> [Task instructions]
Your answer should be the lines from the start of the records through the line with "points=[[ -0.309017, -0.190983, -4.236068", copied word for word.

----

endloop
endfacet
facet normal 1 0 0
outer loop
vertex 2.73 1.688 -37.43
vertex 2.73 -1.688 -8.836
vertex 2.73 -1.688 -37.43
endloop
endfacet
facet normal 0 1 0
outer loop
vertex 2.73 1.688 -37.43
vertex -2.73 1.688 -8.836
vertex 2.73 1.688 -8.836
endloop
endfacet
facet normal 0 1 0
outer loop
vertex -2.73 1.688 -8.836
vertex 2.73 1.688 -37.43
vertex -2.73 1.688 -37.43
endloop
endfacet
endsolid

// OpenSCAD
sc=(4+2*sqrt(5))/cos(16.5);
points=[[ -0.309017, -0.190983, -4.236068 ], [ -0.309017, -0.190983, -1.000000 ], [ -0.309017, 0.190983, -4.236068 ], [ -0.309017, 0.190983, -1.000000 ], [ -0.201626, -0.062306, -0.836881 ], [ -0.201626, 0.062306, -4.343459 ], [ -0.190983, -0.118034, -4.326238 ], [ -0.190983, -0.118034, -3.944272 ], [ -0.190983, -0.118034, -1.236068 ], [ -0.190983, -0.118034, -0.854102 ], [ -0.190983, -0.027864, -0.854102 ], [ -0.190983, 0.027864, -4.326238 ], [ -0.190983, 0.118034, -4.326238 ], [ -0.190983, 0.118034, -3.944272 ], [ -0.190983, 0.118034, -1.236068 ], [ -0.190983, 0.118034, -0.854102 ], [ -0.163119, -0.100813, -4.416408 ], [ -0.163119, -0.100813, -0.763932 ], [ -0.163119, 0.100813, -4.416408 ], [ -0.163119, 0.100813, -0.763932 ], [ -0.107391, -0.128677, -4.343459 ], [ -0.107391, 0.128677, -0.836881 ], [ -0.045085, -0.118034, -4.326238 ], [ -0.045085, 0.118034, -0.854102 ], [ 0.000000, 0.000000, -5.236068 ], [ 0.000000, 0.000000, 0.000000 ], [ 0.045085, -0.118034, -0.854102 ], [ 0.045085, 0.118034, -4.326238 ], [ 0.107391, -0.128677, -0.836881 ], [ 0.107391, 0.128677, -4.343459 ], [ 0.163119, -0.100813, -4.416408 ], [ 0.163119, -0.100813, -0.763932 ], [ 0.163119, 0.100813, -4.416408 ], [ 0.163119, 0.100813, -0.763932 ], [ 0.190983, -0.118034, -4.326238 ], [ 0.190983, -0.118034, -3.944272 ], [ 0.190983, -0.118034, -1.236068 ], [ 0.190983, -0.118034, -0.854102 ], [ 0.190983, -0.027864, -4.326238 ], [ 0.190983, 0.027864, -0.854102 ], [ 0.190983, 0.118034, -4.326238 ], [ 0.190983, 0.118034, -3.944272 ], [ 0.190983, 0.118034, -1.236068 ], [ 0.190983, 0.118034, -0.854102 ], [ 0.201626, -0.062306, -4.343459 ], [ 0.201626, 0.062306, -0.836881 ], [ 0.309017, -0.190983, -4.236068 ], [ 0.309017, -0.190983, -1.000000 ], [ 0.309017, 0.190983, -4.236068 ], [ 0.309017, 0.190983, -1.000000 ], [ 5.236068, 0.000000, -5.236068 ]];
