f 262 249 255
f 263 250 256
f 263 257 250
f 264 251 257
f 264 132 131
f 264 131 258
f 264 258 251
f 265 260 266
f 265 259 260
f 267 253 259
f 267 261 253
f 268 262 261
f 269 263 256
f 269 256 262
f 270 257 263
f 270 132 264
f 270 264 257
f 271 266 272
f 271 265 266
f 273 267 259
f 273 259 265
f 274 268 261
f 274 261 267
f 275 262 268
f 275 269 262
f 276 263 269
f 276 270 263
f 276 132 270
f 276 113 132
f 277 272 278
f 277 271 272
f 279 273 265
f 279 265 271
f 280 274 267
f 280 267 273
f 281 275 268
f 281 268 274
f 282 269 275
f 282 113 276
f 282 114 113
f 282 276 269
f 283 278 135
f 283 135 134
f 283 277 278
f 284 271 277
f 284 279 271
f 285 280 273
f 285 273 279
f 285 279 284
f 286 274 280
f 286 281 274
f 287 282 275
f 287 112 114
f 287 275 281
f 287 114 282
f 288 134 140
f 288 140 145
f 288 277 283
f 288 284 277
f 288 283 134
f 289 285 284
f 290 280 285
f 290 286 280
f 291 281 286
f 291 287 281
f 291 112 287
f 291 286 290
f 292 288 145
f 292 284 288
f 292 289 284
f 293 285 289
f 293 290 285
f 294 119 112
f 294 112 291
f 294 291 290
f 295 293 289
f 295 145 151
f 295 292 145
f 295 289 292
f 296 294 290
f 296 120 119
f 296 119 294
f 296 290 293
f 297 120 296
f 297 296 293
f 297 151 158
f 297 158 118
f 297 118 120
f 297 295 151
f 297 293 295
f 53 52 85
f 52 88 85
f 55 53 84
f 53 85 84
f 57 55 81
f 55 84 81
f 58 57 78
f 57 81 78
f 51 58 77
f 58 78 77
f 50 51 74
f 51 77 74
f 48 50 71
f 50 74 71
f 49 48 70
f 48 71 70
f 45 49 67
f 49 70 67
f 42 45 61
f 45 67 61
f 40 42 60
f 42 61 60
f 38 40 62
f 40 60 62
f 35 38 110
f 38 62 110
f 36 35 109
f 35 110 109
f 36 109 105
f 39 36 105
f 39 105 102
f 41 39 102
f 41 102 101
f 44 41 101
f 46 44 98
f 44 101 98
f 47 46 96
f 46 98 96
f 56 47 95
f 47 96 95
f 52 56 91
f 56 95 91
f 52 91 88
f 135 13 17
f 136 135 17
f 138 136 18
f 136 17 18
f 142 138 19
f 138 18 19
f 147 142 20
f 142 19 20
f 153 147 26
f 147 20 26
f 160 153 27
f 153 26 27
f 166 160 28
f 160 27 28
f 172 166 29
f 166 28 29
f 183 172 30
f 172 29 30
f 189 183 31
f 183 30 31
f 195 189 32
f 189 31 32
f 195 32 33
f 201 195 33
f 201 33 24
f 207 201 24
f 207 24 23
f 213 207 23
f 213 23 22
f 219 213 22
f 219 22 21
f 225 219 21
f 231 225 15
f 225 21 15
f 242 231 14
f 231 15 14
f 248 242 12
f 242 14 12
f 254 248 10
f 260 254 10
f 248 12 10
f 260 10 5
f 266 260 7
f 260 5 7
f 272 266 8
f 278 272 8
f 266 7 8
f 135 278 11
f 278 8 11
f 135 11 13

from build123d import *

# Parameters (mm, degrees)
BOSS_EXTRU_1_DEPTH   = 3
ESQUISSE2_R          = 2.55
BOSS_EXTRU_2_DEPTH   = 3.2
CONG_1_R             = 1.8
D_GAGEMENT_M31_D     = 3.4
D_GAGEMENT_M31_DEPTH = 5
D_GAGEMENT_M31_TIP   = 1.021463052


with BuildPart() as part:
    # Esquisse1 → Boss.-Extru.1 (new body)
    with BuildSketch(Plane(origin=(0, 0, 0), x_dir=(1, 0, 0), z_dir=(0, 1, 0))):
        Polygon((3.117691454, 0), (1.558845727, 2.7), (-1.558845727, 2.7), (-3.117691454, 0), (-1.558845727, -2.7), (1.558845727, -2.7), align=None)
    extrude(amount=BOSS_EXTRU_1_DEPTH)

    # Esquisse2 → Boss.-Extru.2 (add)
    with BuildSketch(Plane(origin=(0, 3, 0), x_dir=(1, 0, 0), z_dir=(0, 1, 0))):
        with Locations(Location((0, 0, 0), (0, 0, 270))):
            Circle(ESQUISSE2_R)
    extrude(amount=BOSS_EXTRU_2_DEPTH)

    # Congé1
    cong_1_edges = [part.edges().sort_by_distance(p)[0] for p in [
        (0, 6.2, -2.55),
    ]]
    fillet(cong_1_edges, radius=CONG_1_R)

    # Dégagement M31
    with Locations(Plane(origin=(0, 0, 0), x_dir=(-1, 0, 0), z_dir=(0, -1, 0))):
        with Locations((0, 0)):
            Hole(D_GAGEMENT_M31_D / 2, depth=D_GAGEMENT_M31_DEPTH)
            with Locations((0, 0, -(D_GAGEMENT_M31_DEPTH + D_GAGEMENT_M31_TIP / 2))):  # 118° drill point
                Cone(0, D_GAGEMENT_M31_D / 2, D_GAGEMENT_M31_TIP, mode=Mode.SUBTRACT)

----

> [Task output]
endloop
endfacet
facet normal 1 0 0
outer loop
vertex 2.73 1.688 -37.43
vertex 2.73 -1.688 -8.836
vertex 2.73 -1.688 -37.43
endloop
endfacet
facet normal 0 1 0
outer loop
vertex 2.73 1.688 -37.43
vertex -2.73 1.688 -8.836
vertex 2.73 1.688 -8.836
endloop
endfacet
facet normal 0 1 0
outer loop
vertex -2.73 1.688 -8.836
vertex 2.73 1.688 -37.43
vertex -2.73 1.688 -37.43
endloop
endfacet
endsolid

// OpenSCAD
sc=(4+2*sqrt(5))/cos(16.5);
points=[[ -0.309017, -0.190983, -4.236068 ], [ -0.309017, -0.190983, -1.000000 ], [ -0.309017, 0.190983, -4.236068 ], [ -0.309017, 0.190983, -1.000000 ], [ -0.201626, -0.062306, -0.836881 ], [ -0.201626, 0.062306, -4.343459 ], [ -0.190983, -0.118034, -4.326238 ], [ -0.190983, -0.118034, -3.944272 ], [ -0.190983, -0.118034, -1.236068 ], [ -0.190983, -0.118034, -0.854102 ], [ -0.190983, -0.027864, -0.854102 ], [ -0.190983, 0.027864, -4.326238 ], [ -0.190983, 0.118034, -4.326238 ], [ -0.190983, 0.118034, -3.944272 ], [ -0.190983, 0.118034, -1.236068 ], [ -0.190983, 0.118034, -0.854102 ], [ -0.163119, -0.100813, -4.416408 ], [ -0.163119, -0.100813, -0.763932 ], [ -0.163119, 0.100813, -4.416408 ], [ -0.163119, 0.100813, -0.763932 ], [ -0.107391, -0.128677, -4.343459 ], [ -0.107391, 0.128677, -0.836881 ], [ -0.045085, -0.118034, -4.326238 ], [ -0.045085, 0.118034, -0.854102 ], [ 0.000000, 0.000000, -5.236068 ], [ 0.000000, 0.000000, 0.000000 ], [ 0.045085, -0.118034, -0.854102 ], [ 0.045085, 0.118034, -4.326238 ], [ 0.107391, -0.128677, -0.836881 ], [ 0.107391, 0.128677, -4.343459 ], [ 0.163119, -0.100813, -4.416408 ], [ 0.163119, -0.100813, -0.763932 ], [ 0.163119, 0.100813, -4.416408 ], [ 0.163119, 0.100813, -0.763932 ], [ 0.190983, -0.118034, -4.326238 ], [ 0.190983, -0.118034, -3.944272 ], [ 0.190983, -0.118034, -1.236068 ], [ 0.190983, -0.118034, -0.854102 ], [ 0.190983, -0.027864, -4.326238 ], [ 0.190983, 0.027864, -0.854102 ], [ 0.190983, 0.118034, -4.326238 ], [ 0.190983, 0.118034, -3.944272 ], [ 0.190983, 0.118034, -1.236068 ], [ 0.190983, 0.118034, -0.854102 ], [ 0.201626, -0.062306, -4.343459 ], [ 0.201626, 0.062306, -0.836881 ], [ 0.309017, -0.190983, -4.236068 ], [ 0.309017, -0.190983, -1.000000 ], [ 0.309017, 0.190983, -4.236068 ], [ 0.309017, 0.190983, -1.000000 ], [ 5.236068, 0.000000, -5.236068 ]];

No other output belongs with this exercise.